Very tellingly, a March 2017 White Paper from the World Economic Forum on Technology and Innovation for the Future of Production: Accelerating Value Creation quotes a recent study of 4,500 German SMEs, which “found that fewer than 20% had heard of Industry 4.0, much less taken steps to implement it.”, says Mary Bunzel and Alain Louchez.

It is quite a finding when we recall that the very concept of Industry 4.0 was born in Germany! The World Economic Forum White Paper ominously adds “this highlights the challenge many countries will face in assisting their small and medium-sized producers to reap the value of technologies.”

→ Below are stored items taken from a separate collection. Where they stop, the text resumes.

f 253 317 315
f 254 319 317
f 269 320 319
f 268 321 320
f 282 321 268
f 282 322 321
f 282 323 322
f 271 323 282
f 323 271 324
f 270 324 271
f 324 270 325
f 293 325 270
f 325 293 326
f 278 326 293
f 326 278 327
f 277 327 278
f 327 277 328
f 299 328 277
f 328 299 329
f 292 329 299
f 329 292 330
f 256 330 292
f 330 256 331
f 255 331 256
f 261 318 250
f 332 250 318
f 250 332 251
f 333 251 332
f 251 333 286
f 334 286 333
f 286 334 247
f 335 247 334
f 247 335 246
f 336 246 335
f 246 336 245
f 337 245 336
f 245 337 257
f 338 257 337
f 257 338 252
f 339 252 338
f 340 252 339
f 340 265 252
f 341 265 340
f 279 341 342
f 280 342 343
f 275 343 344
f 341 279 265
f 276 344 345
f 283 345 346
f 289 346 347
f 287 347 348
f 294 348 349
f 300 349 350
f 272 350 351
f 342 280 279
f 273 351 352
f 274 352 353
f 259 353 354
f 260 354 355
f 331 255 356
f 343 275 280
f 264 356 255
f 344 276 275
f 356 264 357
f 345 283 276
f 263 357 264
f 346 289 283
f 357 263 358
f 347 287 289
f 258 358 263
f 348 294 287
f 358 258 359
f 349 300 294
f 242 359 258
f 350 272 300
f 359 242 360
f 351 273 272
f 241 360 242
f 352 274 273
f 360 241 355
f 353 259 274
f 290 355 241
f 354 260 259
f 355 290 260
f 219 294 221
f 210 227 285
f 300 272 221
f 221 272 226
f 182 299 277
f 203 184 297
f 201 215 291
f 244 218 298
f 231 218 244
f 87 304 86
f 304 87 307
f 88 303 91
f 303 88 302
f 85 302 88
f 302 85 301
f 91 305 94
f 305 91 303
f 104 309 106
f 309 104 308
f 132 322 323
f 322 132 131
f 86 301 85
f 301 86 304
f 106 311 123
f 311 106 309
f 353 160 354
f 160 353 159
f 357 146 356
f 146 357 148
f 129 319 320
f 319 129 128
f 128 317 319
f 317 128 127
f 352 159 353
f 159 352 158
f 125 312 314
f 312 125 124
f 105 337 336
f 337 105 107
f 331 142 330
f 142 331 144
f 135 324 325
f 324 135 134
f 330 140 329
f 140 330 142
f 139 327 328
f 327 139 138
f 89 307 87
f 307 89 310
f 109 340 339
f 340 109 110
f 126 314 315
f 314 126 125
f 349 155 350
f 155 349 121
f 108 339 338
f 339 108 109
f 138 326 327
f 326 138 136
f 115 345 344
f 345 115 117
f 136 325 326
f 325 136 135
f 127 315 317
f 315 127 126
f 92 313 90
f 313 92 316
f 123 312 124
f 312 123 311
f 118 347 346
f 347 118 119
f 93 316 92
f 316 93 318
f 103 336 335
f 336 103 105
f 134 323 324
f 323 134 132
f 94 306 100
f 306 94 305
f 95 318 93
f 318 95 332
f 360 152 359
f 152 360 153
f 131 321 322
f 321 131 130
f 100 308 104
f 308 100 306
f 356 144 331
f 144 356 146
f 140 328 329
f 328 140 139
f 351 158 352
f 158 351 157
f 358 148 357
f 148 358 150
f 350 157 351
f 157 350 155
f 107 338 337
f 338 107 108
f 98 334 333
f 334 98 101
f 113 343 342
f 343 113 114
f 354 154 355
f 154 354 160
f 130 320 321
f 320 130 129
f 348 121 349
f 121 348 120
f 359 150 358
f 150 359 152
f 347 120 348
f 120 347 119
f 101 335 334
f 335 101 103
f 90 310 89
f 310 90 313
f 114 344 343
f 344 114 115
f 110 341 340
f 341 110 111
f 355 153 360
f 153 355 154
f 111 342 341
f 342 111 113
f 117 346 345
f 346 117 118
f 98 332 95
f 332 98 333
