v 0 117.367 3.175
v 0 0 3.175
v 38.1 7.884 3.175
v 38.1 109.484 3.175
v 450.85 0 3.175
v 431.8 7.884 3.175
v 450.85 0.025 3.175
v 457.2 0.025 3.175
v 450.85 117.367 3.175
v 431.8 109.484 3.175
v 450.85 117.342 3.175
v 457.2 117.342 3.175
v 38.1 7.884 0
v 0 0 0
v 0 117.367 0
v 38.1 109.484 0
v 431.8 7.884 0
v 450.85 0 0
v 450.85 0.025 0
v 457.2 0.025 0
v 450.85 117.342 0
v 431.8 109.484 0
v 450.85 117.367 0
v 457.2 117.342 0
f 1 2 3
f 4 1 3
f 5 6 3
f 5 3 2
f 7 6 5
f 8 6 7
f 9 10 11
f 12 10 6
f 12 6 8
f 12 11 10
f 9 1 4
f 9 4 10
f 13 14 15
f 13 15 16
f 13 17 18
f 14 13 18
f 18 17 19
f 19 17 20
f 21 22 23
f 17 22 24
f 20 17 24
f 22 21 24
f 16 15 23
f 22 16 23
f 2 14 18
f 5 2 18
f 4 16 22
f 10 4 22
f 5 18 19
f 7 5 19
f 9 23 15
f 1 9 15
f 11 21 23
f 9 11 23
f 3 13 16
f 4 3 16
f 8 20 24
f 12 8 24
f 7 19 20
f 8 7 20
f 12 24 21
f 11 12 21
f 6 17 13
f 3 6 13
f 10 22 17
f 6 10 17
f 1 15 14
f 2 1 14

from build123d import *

# Parameters (mm, degrees)
BOSS_EXTRUDE1_DEPTH = 3.175


with BuildPart() as part:
    # Sketch1 → Boss-Extrude1 (new body)
    with BuildSketch(Plane.XY):
        Polygon((38.1, 58.683525), (0, 58.683525), (0, 0), (450.85, 0), (450.85, 0.0254), (457.2, 0.0254), (457.2, 58.683525), (431.8, 58.683525), (431.8, 7.883525), (38.1, 7.883525), align=None)
        Polygon((0, 117.36705), (0, 58.683525), (38.1, 58.683525), (38.1, 109.483525), (431.8, 109.483525), (431.8, 58.683525), (457.2, 58.683525), (457.2, 117.34165), (450.85, 117.34165), (450.85, 117.36705), align=None)
    extrude(amount=BOSS_EXTRUDE1_DEPTH)


solid = part.part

A 2015 White House press release relays the same kind of observation: “because of the unique barriers they face, small manufacturers often lag their larger peers in adopting critical new technologies. For example, a recent survey found that fewer than 60% of small manufacturers were experimenting in any way with 3-D printing, a potentially transformative technology that is especially beneficial for small companies due to its flexibility. In contrast, over 75% of large firms were using the technology.”

Yet, SMEs have a lot to gain from exploiting IIoT technologies to generate cost-cutting efficiencies and new revenue streams.

SMMs tend to be highly specialised, offering skills larger manufacturers can’t afford to maintain. Deep domain expertise is key to the development of analytic algorithms necessary for compute at the edge, digital twin specifications and artificial intelligence – just a few elements of Industrial Internet of Things technologies.

This domain expertise in combination with natural agility that comes from more nimble corporate structures creates fertile incubation for truly disruptive market opportunities through leverage of IoT-based tools.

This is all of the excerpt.